Recipe courtesy of Michael Ruhlman

Grilled Marinated Flank Steak

Getting reviews...
  • Level: Easy
  • Total: 10 hr
  • Active: 45 min
  • Yield: 6 servings
Flank steak, a flavorful yet affordable cut of beef, gets a salty-sweet boost from Michael Ruhlman's wonderful marinade. It also gives the meat a nice charred flavor, with or without an outdoor grill: as the marinade caramelizes, it creates aromatic smoke that infuses the meat, right in the hot pan. (Note: Allow 8 hours to fully marinate the steak.)

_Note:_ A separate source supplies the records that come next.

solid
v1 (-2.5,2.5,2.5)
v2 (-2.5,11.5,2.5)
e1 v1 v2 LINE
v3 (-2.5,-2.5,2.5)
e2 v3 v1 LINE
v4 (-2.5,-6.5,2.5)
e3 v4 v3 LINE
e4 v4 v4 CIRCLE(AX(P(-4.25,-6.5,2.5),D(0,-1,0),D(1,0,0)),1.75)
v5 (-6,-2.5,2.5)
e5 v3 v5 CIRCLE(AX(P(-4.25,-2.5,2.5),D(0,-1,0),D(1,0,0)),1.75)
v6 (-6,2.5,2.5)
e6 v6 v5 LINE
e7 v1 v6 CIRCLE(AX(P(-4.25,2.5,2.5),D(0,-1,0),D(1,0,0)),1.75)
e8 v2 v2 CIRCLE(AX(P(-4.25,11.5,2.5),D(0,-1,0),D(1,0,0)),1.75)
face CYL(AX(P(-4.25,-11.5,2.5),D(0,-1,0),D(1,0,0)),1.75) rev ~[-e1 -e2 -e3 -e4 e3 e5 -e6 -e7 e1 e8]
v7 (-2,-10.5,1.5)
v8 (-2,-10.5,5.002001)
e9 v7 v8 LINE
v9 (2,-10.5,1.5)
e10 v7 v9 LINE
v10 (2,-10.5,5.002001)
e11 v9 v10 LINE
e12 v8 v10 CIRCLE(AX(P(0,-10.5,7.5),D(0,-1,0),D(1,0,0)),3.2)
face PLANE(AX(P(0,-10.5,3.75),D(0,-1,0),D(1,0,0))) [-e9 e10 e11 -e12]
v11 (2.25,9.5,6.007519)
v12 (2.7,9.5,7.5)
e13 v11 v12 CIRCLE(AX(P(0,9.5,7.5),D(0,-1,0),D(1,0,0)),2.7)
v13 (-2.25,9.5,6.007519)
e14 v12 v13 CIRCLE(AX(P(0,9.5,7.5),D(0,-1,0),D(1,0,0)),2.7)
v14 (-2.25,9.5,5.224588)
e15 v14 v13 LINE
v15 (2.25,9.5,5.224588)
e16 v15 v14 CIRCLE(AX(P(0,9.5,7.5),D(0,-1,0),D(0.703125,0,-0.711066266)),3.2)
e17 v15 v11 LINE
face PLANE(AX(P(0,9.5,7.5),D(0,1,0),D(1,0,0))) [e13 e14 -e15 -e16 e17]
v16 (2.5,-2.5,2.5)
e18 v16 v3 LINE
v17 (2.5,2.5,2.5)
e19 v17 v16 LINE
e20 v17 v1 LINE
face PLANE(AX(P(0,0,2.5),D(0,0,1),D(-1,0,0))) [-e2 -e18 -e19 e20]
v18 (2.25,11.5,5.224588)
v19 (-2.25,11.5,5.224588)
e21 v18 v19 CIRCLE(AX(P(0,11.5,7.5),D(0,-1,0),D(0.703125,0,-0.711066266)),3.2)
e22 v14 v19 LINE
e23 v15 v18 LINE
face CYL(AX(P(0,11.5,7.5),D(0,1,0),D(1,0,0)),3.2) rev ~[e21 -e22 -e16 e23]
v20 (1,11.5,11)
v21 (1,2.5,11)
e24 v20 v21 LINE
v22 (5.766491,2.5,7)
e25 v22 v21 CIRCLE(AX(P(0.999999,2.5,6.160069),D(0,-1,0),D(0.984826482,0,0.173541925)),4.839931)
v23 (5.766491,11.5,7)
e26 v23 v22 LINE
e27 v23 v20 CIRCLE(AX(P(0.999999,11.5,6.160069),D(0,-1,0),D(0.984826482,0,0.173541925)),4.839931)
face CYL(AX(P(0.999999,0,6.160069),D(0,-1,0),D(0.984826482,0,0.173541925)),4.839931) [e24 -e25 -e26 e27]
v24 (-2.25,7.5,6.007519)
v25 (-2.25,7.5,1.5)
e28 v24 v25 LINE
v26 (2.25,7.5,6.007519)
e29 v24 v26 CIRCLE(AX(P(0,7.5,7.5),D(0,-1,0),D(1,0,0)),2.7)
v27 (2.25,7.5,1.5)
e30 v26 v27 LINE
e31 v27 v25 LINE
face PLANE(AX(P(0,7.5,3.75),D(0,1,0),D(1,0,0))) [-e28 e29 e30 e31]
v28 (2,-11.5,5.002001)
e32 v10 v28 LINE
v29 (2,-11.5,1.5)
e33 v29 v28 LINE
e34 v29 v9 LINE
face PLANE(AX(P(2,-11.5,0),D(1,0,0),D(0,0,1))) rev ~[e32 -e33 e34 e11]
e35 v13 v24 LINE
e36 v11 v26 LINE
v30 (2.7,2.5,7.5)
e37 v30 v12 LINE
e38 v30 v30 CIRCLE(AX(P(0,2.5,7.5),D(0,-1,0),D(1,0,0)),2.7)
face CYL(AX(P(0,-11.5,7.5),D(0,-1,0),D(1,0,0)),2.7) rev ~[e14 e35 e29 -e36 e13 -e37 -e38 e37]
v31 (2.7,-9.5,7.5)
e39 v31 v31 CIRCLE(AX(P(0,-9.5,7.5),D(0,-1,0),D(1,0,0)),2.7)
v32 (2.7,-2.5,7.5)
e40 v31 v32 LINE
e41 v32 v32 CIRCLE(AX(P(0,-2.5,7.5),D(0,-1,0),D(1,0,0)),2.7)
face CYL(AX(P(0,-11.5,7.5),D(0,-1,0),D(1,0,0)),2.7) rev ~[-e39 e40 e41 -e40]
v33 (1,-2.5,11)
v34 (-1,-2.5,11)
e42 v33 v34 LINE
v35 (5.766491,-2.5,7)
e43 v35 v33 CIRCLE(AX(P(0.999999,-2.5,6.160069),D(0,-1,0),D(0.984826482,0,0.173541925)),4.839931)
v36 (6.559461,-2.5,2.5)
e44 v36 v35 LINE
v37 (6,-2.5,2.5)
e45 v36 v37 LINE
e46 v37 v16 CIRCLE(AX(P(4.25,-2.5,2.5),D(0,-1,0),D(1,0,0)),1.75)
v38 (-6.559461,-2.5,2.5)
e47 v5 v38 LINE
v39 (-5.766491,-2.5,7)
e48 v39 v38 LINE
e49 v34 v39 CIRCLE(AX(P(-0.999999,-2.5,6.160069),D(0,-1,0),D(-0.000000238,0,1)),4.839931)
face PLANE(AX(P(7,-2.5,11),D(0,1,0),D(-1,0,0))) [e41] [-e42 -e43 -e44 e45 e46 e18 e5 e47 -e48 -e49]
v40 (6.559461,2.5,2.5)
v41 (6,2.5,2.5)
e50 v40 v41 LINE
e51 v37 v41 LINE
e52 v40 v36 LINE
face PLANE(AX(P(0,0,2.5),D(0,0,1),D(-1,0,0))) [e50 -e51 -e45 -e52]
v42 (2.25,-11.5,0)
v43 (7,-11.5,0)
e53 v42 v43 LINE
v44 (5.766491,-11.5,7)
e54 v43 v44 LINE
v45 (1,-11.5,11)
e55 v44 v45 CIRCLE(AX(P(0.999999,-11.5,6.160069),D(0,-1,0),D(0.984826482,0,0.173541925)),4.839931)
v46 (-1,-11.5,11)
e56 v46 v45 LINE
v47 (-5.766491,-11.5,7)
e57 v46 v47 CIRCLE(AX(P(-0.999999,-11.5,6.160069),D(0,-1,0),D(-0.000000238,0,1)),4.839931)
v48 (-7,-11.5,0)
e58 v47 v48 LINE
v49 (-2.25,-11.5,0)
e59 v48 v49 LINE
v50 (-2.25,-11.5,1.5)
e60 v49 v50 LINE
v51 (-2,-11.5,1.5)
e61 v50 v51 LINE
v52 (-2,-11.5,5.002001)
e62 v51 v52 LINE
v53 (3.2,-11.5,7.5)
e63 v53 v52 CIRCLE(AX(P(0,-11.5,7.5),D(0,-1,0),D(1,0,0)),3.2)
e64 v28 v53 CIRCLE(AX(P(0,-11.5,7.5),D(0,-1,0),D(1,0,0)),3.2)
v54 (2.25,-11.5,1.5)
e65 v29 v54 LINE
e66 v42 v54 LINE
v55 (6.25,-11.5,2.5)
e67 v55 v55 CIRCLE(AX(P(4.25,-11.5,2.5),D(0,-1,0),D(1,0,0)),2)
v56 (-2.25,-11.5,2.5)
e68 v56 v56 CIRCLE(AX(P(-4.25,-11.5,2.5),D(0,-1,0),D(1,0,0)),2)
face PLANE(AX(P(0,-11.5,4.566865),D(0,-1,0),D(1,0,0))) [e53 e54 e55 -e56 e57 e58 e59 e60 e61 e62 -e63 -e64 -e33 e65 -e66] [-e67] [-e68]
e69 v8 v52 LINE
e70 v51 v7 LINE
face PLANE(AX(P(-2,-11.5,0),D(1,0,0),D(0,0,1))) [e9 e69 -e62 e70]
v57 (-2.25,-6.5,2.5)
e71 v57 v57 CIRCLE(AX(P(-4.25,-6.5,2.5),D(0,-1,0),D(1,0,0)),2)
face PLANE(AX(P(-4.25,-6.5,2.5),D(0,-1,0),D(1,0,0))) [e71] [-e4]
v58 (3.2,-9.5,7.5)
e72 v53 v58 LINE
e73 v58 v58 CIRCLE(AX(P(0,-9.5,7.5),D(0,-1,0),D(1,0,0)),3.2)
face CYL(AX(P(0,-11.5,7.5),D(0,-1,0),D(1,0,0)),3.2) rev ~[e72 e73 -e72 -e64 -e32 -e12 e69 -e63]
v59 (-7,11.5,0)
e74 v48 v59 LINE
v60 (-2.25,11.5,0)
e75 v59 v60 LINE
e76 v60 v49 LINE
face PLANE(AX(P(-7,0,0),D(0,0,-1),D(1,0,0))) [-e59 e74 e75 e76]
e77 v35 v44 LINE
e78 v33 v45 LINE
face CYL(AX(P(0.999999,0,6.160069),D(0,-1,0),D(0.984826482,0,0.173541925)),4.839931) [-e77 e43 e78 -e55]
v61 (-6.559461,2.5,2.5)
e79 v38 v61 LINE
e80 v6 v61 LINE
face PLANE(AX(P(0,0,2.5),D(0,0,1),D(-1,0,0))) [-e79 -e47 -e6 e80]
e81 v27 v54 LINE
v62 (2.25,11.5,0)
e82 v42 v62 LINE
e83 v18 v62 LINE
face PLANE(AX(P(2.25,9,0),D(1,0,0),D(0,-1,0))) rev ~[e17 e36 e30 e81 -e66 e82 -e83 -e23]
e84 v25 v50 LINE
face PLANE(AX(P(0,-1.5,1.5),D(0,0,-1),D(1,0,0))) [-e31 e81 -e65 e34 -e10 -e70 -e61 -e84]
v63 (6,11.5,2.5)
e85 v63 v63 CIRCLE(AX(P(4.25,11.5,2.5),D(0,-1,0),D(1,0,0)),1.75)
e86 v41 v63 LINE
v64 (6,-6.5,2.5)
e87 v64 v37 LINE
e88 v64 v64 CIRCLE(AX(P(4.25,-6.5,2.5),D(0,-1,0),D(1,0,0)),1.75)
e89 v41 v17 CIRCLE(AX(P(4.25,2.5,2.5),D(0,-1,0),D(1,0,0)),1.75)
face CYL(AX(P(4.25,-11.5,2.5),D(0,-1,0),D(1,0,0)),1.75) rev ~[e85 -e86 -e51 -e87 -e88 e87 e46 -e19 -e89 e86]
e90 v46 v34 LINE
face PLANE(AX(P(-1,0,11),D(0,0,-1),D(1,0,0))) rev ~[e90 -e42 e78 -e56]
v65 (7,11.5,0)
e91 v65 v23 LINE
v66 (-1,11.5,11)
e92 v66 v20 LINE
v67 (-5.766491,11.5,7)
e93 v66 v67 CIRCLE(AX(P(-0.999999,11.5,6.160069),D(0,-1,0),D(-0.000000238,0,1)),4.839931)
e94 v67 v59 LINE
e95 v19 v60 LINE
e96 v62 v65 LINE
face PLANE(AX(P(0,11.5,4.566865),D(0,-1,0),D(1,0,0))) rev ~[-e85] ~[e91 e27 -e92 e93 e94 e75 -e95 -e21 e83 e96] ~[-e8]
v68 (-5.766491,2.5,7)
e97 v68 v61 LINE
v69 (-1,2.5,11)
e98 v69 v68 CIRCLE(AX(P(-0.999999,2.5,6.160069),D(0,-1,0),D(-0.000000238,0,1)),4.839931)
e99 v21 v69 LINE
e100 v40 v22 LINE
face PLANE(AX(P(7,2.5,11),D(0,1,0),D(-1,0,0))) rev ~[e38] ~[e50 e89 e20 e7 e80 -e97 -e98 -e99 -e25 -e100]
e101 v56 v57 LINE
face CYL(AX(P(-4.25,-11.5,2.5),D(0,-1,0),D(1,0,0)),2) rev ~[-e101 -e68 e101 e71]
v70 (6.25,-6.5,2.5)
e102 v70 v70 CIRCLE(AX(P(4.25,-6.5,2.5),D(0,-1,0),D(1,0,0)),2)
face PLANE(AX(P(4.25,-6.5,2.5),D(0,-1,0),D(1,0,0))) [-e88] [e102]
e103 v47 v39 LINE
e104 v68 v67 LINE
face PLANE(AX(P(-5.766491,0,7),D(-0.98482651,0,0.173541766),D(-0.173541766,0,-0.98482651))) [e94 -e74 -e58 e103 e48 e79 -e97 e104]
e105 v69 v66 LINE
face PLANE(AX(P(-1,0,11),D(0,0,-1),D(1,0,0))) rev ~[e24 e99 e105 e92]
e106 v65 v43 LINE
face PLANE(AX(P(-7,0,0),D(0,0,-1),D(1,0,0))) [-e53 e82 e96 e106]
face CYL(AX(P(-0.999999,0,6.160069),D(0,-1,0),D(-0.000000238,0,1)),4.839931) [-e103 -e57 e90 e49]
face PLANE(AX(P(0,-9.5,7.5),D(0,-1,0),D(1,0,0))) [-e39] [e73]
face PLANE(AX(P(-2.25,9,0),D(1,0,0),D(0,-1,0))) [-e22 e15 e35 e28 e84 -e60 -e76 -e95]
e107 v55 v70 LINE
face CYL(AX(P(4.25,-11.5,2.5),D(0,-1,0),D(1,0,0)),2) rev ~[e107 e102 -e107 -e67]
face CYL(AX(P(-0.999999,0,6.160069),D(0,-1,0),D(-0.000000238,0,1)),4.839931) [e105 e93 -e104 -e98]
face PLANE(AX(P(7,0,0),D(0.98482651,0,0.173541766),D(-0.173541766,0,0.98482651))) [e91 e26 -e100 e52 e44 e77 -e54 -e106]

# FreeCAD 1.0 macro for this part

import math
import FreeCAD as App
import Part
import Sketcher

V = App.Vector
Q = App.Units.Quantity

doc = App.newDocument("Part")
body = doc.addObject("PartDesign::Body", "Body")

# Sketch on XZ plane
sketch1 = doc.addObject("Sketcher::SketchObject", "Sketch")
body.addObject(sketch1)
sketch1.AttachmentSupport = (doc.XZ_Plane, [""])
sketch1.MapMode = "FlatFace"
sketch1.addGeometry(Part.LineSegment(V(-7, 0, 0), V(7, 0, 0)), False)
sketch1.addGeometry(Part.LineSegment(V(7, 0, 0), V(5.8, 7, 0)), False)
sketch1.addGeometry(Part.ArcOfCircle(Part.Circle(V(1, 6.2, 0), V(0, 0, 1), 4.8), math.radians(10), math.radians(90)), False)
sketch1.addGeometry(Part.LineSegment(V(1, 11, 0), V(-1, 11, 0)), False)
sketch1.addGeometry(Part.ArcOfCircle(Part.Circle(V(-1, 6.2, 0), V(0, 0, 1), 4.8), math.radians(90), math.radians(170)), False)
sketch1.addGeometry(Part.LineSegment(V(-5.8, 7, 0), V(-7, 0, 0)), False)
sketch1.addConstraint(Sketcher.Constraint("Coincident", 0, 2, 1, 1))
sketch1.addConstraint(Sketcher.Constraint("Tangent", 1, 2, 2, 1))
sketch1.addConstraint(Sketcher.Constraint("Tangent", 2, 2, 3, 1))
sketch1.addConstraint(Sketcher.Constraint("Tangent", 3, 2, 4, 1))
sketch1.addConstraint(Sketcher.Constraint("Tangent", 4, 2, 5, 1))
sketch1.addConstraint(Sketcher.Constraint("Coincident", 5, 2, 0, 1))
sketch1.addConstraint(Sketcher.Constraint("Horizontal", 0))
sketch1.addConstraint(Sketcher.Constraint("Horizontal", 3))
sketch1.addConstraint(Sketcher.Constraint("Equal", 2, 4))
sketch1.addConstraint(Sketcher.Constraint("Symmetric", 0, 2, 5, 2, -1, 1))
sketch1.addConstraint(Sketcher.Constraint("Horizontal", 1, 2, 4, 2))
sketch1.addConstraint(Sketcher.Constraint("DistanceX", 0, 1, 0, 2, Q("14 mm")))
sketch1.addConstraint(Sketcher.Constraint("DistanceX", 3, 2, 3, 1, Q("2 mm")))
sketch1.addConstraint(Sketcher.Constraint("DistanceY", -1, 1, 1, 2, Q("7 mm")))
sketch1.addConstraint(Sketcher.Constraint("DistanceY", -1, 1, 2, 2, Q("11 mm")))
pad1 = doc.addObject("PartDesign::Pad", "Pad")
body.addObject(pad1)
pad1.Profile = sketch1
pad1.Length = 23
pad1.Midplane = True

  1. Marinade: Into a zip-top bag, add ketchup, soy sauce, brown sugar, onion powder, ground ginger, and Worcestershire sauce. Trim away the root end of garlic cloves, smash with the flat side of a knife, and discard the peel. Smash again, then roughly chop and add to the bag. Close the bag and mix the marinade. Makes about 1¼ cups. (Marinade will keep for up to 1 week in the refrigerator and up to 1 month in the freezer.)
  2. Steak: Place steak into the bag with the marinade. Press out as much air as possible, seal the bag, and distribute the marinade around the meat. Let marinate for at least 1 hour at room temperature or, optimally, up to 8 hours to overnight in the refrigerator. (Note: If grilling after 1 hour of marinating, reserve the marinade to baste the steak during grilling.)
  3. If the steak has been marinating in the refrigerator, bring it to room temperature before grilling, about 1 hour.Preheat grill pan (or outdoor grill) to medium-high heat. When grill pan is smoking hot, remove steak from marinade and lay it flat on the grill. Let cook for 4–5 minutes, largely undisturbed, pressing down on the meat to enhance grill marks if you wish. After 4–5 minutes, the steak should be lightly charred and no longer adhere to the grill. Lift and rotate steak about 60 degrees to create cross-hatched grill marks; let cook another 2–3 minutes. Finally, flip and repeat process on the other side, 7–8 minutes. (Total grilling time will be 15–16 minutes.)
  4. After 15–16 minutes, steak should be medium-rare. Meat should feel firm to the touch at the thickest part (alternatively, a meat thermometer should register 125 F at the thickest part of the steak). Transfer steak to a wire rack fitted over a rimmed baking sheet. Let rest to allow the juices to redistribute in the steak, 15 minutes.
  5. After the steak has rested, transfer to a cutting board. Find the grain of the meat, then thinly slice against the grain on a bias. Garnish with cherry tomatoes and greens, and serve immediately.